Collected data:
::::::

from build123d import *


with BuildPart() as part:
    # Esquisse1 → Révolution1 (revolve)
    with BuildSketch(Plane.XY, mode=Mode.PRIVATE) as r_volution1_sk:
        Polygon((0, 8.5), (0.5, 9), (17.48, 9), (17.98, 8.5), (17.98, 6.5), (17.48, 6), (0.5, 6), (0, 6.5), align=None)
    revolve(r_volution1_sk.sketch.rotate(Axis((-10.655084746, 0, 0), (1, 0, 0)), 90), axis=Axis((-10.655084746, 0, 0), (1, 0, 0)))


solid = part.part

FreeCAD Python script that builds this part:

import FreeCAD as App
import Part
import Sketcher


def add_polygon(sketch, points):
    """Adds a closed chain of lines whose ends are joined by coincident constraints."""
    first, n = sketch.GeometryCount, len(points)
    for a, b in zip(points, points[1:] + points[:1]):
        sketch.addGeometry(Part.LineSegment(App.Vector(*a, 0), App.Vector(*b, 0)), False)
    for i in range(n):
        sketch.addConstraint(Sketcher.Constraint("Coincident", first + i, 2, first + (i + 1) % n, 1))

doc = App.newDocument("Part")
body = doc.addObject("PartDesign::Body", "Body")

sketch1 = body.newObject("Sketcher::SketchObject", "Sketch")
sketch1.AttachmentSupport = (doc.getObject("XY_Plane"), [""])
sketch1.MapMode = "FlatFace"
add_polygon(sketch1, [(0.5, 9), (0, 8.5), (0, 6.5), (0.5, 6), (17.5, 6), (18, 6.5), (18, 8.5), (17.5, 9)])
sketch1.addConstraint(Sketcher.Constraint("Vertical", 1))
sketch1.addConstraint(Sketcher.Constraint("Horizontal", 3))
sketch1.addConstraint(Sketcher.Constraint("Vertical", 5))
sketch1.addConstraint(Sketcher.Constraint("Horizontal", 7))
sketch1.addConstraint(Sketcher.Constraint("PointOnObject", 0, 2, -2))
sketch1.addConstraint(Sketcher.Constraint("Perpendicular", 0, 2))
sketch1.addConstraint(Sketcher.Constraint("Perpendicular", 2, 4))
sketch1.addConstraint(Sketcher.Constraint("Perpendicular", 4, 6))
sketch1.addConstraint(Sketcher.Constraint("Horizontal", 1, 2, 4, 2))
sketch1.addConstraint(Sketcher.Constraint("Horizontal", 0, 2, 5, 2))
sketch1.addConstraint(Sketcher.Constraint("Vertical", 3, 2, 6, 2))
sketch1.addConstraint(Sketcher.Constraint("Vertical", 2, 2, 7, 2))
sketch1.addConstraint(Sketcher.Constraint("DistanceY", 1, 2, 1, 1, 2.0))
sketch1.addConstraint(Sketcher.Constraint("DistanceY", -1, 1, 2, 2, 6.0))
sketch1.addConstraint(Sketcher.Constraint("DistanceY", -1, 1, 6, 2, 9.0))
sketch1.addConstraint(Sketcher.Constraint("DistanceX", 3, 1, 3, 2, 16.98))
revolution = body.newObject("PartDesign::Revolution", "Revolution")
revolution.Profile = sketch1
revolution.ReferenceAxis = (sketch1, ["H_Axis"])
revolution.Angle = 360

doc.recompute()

::::::

- **Your objective**
List every line from the entries above in which "with" appears.

- **Response box**
with BuildPart() as part:
    with BuildSketch(Plane.XY, mode=Mode.PRIVATE) as r_volution1_sk:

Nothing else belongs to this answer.